Boulet vs Duroc

02/07/2015 19:08

La campagne de Saxe de 1813 fut une véritable hécatombe de généraux français parfois parmi les plus illustres.

Le maréchal Bessières vient de mourir le 1er mai 1813, tué par un boulet qui lui traversa la poitrine. Nous sommes le 22 mai 1813, le lendemain de la victoire de Bautzen. L'armée français poursuit l'ennemi et l’Empereur galope vers l’avant-garde suivi par la cavalerie de la Garde, commandée par le général Walther.

Au bivouac, le matériel et les bagages sont chargés sur les voitures du général Duroc. Le duc de Frioul, proche de l'Empereur, vient de confier ses papiers personnels et sa montre à son domestique Coursot qui rejoindra comme valet de chambre Napoléon à Sainte-Hélène  en 1819:

Tiens, mon vieux Coursot, si j’ai la gueule cassée, tu la garderas, dit-il.

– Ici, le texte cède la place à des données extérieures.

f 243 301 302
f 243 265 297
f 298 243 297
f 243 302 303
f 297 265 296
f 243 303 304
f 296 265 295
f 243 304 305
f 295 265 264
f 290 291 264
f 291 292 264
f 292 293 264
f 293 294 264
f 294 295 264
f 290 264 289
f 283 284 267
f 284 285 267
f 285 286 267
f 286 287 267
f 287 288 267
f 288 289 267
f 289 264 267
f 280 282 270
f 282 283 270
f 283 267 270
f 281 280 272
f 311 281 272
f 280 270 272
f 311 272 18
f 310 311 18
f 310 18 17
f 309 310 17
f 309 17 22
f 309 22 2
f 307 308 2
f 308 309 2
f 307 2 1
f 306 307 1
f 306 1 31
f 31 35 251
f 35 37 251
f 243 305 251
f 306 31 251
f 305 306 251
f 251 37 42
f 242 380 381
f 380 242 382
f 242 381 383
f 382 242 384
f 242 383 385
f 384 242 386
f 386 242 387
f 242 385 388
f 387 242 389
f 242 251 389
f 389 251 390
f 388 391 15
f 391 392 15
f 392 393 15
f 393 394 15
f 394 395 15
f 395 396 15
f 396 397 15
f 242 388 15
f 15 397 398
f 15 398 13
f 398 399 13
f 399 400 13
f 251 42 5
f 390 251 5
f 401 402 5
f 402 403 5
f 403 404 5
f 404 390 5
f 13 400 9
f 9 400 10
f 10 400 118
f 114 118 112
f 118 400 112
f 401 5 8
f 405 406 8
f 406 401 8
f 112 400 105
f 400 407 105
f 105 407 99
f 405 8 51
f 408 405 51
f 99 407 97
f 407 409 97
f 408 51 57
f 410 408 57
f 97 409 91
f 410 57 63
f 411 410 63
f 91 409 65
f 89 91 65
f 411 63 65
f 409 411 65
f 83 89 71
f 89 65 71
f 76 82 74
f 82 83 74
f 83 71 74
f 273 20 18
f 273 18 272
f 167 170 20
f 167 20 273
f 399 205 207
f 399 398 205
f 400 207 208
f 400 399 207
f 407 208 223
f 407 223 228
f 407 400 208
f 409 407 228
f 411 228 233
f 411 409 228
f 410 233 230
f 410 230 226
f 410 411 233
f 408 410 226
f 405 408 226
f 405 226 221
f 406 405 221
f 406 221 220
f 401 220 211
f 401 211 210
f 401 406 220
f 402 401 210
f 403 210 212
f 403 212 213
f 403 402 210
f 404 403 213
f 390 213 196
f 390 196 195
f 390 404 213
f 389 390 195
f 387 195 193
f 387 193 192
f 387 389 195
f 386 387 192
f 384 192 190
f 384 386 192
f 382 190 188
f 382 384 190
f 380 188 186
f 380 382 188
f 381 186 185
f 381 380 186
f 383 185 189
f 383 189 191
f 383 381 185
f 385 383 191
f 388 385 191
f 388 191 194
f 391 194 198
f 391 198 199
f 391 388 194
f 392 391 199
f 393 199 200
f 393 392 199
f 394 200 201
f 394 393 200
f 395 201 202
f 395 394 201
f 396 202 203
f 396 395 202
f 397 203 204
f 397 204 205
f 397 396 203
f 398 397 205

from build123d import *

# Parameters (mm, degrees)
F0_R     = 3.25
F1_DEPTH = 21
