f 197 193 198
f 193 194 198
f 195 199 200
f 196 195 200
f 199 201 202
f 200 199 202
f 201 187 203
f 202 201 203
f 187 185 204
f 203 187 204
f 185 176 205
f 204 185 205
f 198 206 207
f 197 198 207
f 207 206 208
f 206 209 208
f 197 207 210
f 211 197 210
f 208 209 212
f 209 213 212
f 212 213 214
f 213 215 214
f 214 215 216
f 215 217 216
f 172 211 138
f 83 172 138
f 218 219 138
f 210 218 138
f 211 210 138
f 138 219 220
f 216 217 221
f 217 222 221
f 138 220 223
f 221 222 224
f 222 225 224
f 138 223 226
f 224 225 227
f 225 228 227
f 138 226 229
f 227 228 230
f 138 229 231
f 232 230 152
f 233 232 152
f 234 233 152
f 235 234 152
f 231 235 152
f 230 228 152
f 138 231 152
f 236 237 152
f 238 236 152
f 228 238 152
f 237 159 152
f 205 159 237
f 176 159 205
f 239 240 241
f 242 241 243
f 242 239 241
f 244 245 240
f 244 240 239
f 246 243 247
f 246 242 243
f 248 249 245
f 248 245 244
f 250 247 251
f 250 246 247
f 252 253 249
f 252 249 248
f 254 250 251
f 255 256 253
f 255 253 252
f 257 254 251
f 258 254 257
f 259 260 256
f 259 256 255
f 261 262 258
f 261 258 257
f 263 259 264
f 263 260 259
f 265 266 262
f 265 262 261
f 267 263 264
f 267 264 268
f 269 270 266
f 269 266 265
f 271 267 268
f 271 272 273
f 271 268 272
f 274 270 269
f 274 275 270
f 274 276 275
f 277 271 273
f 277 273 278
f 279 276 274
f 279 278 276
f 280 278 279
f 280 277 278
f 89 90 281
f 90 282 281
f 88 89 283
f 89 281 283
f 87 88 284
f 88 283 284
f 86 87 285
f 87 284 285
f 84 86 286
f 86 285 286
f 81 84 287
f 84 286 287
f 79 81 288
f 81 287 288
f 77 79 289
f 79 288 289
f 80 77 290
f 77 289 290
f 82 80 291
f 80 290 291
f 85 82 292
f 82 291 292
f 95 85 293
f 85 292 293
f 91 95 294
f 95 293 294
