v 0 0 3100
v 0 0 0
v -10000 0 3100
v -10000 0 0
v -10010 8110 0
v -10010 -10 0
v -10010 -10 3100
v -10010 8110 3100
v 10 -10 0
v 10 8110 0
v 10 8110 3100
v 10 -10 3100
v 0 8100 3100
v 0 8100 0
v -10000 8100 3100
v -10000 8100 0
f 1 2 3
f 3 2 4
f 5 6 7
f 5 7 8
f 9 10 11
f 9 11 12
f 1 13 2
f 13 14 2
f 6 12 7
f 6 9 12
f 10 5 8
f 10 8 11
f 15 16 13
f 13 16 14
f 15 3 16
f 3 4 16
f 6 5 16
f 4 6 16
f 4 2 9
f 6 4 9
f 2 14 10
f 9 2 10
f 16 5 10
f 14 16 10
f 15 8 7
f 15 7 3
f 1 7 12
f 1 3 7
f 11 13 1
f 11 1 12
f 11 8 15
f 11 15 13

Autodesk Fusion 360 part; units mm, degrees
sketch "スケッチ1" plane through (0, 0, 0) normal (0, 1, 0) x (1, 0, 0)
sketch "スケッチ2" plane through (0, 0, 0) normal (0, 0, 1) x (1, 0, 0)
  line L0 (0, 0) -> (-10000, 0)
  line L1 (-10000, 0) -> (-10000, 8100)
  line L2 (-10000, 8100) -> (0, 8100)
  line L3 (0, 8100) -> (0, 0)
  line L4 (10, -10) -> (-10010, -10)
  line L5 (-10010, -10) -> (-10010, 8110)
  line L6 (-10010, 8110) -> (10, 8110)
  line L7 (10, 8110) -> (10, -10)
  point P0 (10, -10)
  dimension "d1" = 10000
  dimension "d2" = 8100
  dimension "d4" = 10020
  dimension "d5" = 8120
extrude "押し出し1" add sketch "スケッチ2" along normal blind 3100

Il rejoint ensuite rapidement la suite de Napoléon avec les maréchaux Berthier, Mortier et Soult, le grand-écuyer Caulaincourt et le général baron Kirgener, beau-frère de Lannes, fraîchement nommé général de division du génie.

Kirgener et Duroc

Au-delà du petit village de Markersdorf, la cavalerie russe et des uhlans prussiens tiennent encore tête aux français dans une ultime action destinée à retarder l'ennemi. Napoléon surpris et impatient, s'écrie :

Mais ces gens-là renaissent donc de leurs cendres ?

A un moment un boulet perdu tombe au milieu de l'escorte chamarrée, renversant 3 cavaliers et projettant l'un d'eux dans les jambes du cheval de l'empereur qui s'écrie dans la direction de Duroc:

Duroc! La fortune nous en veut aujourd'hui.

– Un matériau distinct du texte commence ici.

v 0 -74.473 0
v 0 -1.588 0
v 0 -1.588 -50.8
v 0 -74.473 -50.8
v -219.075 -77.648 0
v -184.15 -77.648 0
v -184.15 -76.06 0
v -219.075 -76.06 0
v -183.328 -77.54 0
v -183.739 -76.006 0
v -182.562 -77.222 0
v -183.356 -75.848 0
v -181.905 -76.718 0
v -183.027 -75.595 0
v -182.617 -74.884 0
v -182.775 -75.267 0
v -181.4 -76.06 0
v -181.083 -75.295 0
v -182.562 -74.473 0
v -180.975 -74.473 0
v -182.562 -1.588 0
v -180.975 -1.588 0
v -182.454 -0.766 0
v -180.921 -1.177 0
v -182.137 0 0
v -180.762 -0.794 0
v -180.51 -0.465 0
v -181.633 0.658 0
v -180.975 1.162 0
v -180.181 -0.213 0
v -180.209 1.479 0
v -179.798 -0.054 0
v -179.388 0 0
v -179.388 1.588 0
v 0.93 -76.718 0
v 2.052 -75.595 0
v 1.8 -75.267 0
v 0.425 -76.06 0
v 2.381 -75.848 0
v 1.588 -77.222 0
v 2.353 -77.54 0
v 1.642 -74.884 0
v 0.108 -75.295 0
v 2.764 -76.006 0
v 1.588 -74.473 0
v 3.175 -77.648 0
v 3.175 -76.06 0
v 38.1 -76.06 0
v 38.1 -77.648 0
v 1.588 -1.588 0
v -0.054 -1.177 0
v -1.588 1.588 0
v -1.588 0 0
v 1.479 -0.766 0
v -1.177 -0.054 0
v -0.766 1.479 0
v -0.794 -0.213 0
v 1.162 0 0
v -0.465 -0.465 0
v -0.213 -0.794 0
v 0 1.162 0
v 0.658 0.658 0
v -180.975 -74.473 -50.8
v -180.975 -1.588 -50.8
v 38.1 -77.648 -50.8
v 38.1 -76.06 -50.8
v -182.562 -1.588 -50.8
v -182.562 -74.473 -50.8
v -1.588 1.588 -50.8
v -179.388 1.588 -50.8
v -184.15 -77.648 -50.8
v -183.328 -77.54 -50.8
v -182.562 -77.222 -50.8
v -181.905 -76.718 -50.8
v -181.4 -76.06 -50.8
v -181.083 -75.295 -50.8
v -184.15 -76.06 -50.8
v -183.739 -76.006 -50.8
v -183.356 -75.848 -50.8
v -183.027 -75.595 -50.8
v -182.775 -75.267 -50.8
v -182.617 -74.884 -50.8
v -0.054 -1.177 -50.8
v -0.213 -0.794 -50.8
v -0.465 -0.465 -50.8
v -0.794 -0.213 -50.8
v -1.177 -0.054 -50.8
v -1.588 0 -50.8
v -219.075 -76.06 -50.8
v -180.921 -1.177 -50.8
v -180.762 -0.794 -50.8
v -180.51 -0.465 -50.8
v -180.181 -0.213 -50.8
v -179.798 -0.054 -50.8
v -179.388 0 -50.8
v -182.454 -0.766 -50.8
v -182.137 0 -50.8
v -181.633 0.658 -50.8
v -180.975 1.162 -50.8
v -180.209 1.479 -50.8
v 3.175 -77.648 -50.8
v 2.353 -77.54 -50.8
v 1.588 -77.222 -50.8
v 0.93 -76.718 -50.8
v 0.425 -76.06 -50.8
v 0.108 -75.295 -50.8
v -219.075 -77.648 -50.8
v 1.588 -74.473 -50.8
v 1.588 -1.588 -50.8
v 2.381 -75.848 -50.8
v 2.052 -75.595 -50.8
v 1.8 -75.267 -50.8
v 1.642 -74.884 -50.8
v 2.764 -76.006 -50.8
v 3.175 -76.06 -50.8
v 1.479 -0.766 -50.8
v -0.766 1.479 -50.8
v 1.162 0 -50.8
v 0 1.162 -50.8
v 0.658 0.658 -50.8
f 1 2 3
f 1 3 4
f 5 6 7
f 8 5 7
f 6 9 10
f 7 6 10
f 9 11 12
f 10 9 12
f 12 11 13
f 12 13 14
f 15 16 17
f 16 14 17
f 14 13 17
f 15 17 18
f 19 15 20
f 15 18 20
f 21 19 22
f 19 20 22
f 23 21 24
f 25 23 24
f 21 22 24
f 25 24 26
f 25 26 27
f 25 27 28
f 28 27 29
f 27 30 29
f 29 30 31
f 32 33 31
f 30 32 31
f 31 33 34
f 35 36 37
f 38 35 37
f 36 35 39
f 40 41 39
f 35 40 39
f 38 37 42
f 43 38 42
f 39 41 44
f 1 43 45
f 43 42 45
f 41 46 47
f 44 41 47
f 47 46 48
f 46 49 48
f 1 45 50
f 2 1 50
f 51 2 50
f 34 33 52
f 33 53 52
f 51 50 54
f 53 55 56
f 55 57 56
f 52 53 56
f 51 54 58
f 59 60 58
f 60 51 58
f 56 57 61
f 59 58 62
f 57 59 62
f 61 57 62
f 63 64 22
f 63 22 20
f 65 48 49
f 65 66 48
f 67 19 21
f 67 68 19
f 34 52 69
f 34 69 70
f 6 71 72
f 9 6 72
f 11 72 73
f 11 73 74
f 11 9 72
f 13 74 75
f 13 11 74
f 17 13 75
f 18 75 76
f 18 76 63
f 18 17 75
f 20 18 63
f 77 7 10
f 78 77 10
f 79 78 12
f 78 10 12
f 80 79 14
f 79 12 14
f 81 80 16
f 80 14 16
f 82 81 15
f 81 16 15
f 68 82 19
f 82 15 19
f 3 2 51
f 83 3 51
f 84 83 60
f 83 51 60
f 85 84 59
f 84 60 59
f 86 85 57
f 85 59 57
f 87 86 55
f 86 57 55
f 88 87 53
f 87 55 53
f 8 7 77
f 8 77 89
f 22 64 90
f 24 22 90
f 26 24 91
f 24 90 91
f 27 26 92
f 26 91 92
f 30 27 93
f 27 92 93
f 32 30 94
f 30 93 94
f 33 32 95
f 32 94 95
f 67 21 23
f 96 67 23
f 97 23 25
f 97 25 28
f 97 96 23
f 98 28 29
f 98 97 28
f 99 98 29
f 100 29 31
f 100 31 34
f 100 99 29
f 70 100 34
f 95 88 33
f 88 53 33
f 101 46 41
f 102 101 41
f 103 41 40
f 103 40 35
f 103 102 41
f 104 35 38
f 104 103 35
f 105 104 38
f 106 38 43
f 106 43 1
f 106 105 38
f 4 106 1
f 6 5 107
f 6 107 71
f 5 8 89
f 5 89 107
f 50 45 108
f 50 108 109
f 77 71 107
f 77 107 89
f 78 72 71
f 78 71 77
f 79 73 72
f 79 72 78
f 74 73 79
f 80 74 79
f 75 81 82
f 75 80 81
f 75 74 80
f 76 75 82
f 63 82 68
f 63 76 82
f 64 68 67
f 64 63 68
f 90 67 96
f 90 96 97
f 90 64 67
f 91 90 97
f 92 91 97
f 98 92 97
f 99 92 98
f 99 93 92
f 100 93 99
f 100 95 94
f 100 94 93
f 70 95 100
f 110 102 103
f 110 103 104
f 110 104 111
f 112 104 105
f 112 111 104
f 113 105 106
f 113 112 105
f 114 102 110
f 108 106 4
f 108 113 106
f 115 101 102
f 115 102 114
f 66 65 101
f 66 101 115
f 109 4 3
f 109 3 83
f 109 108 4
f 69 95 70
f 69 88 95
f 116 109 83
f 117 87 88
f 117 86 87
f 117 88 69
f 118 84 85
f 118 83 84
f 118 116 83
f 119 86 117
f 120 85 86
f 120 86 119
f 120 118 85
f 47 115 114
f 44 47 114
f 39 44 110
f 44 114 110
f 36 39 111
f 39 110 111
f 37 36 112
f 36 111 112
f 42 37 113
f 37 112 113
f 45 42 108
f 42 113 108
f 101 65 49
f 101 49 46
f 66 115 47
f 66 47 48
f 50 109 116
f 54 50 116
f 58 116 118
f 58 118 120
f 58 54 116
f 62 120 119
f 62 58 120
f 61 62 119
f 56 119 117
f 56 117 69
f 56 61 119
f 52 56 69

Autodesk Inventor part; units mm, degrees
ref_plane "YZ Plane" through (0, 0, 0) normal (1, 0, 0) x (0, 1, 0)
ref_plane "XZ Plane" through (0, 0, 0) normal (0, 1, 0) x (-1, 0, 0)
ref_plane "XY Plane" through (0, 0, 0) normal (0, 0, 1) x (1, 0, 0)
sketch "Sketch1" plane through (0, 0, 0) normal (0, 1, 0) x (-1, 0, 0)
  line L0 (0, 0) -> (180.975, 0)
  line L1 (180.975, 0) -> (180.975, -50.8)
  line L2 (180.975, -50.8) -> (0, -50.8)
  line L3 (0, -50.8) -> (0, 0)
  dimension "d0" = 180.975
  dimension "d1" = 50.8
extrude "Plate1" add sketch "Sketch1" along normal blind 1.5875
sketch "Sketch2" plane through (0, 0, 0) normal (1, 0, 0) x (0, 1, 0)
  line L0 (0, -50.8) -> (0, 0)
  line L1 (0, 0) -> (-76.0603, 0)
  line L2 (-76.0603, 0) -> (-76.0603, -50.8)
  line L3 (-76.0603, -50.8) -> (0, -50.8)
edge flange "Flange1" height 77.6478 angle 90 thickness 1.5875 bend radius 1.5875 thickness toward (1, 0, 0) relief straight relief width 1.5875 relief depth 0.7937 corner gap 1.5875 corner form 0 edges at (0, 0, -25.4) (-180.975, 0, -25.4) wall of the first edge with corners at (0, 0, -50.8) (0, 0, 0) (0, -76.0603, 0) (0, -76.0603, -50.8)
bend "Bend1"
corner "Corner1"
sketch "Sketch3" plane through (1.5875, -76.0603, -50.8) normal (0, -1, 0) x (1, 0, 0)
  line L0 (0, 50.8) -> (0, 0)
  line L1 (0, 0) -> (36.5125, 0)
  line L2 (36.5125, 0) -> (36.5125, 50.8)
  line L3 (36.5125, 50.8) -> (0, 50.8)
edge flange "Flange2" height 38.1 angle 90 thickness 1.5875 bend radius 1.5875 thickness toward (0, -1, 0) relief straight relief width 1.5875 relief depth 0.7937 corner gap 1.5875 corner form 0 edges at (1.5875, -76.0603, -25.4) (-182.5625, -76.0603, -25.4) wall of the first edge with corners at (1.5875, -76.0603, 0) (1.5875, -76.0603, -50.8) (38.1, -76.0603, -50.8) (38.1, -76.0603, 0)
bend "Bend2"
corner "Corner2"
equation "\"d3\" = BendReliefWidth"
equation "\"d4\" = BendReliefDepth"
equation "\"d5\" = MinimumRemnant"
equation "\"d6\" = BendRadius"
equation "\"d9\" = BendRadius"
equation "\"d10\" = CornerReliefSize"
equation "\"d11\" = GapSize"
equation "\"d12\" = JacobiRadiusSize"
equation "\"d13\" = BendReliefWidth"
equation "\"d14\" = BendReliefDepth"
equation "\"d15\" = MinimumRemnant"
equation "\"d16\" = BendRadius"
equation "\"d19\" = BendRadius"
equation "\"d20\" = CornerReliefSize"
equation "\"d21\" = GapSize"
equation "\"d22\" = JacobiRadiusSize"
equation "\"BendRadius\" = Thickness"
equation "\"BendReliefWidth\" = Thickness"
equation "\"BendReliefDepth\" = 0.5 * Thickness"
equation "\"CornerReliefSize\" = 4 * Thickness"
equation "\"MinimumRemnant\" = 2 * Thickness"
equation "\"TransitionRadius\" = BendRadius"
equation "\"JacobiRadiusSize\" = Thickness"
equation "\"GapSize\" = Thickness"
equation "\"d2\" = BendRadius"
equation "\"Thickness\" = 1.5875"
properties part number "batteryHolder"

Après avoir repoussé l'ennemi, l’Empereur et sa suite dépasse le village de Markersdorf et gagne une petite éminence arborée pour observer les mouvements de l'ennemi. Mortier, Duroc et Kirgener sont restés un peu en arrière. Un dernier boulet russe fuse, vient percuter un arbre, ricoche, manque de peu le maréchal Mortier, qui est heureusement indemne, mais traverse le corps du général Kirgener à la hauteur de la ceinture le tuant net. Il continue sa course meutrière et vient frapper mortellement au bas-ventre le duc de Frioul, Gérard Christophe Michel Duroc.

Son ami, le chirurgien Larrey, rendit visite au mourant, lui qui l'avait déjà sauvé en Egypte au siège de Saint Jean d'Acre d'une vilaine blessure d'un éclat de boulet à l'aine droite:

Le général Duroc avait eu les parois du bas-ventre enlevées par un boulet de gros calibre, les intestins déchirés dans plusieurs points, et expulsés hors de l'enceinte abdominale. Je reconnus avec la plus vive douleur, que tous les secours de notre art ne pourraient l'arracher à la mort prochaine et inévitable qui l'attendait.

On sait que le Grand-Maréchal du Palais réclama que l'on abrège ses souffrances tant la douleur était intense et insupportable. Il reçut la visite de son ami l'Empereur qui était extrêmement affligé, mais il eut la force de lui parler:

Toute ma vie n'a été consacré qu'à votre service; je ne la regrette que pour l'utilité dont elle pouvait vous être encore.

Duroc, il y a une autre vie, c'est là que nous nous reverrons!

Oui, Sire, mais ce sera dans trente ans, lorsque vous aurez triomphé de vos ennemis et réalisé toutes les espérances de notre patrie...

Napoléon resta plusieurs minutes près de son ami mourant, mais Duroc finit par rompre le silence assourdissant:

Sire, allez-vous en, ce spectacle vous afflige!

Caulaincourt qui assiste à la scéne raconte dans ses mémoires:

Des larmes brûlantes coulaient de ses yeux (de Napoléon) et tombaient sur ces vêtements. Nous revînmes silencieux au camp.

Arrivé au bivouac, Napoléon s'isole silencieux dans sa tente, prostré, la tête baissée entre les mains. Un de ses grenadiers dira:

Pauvre homme, il a perdu un de ses enfants!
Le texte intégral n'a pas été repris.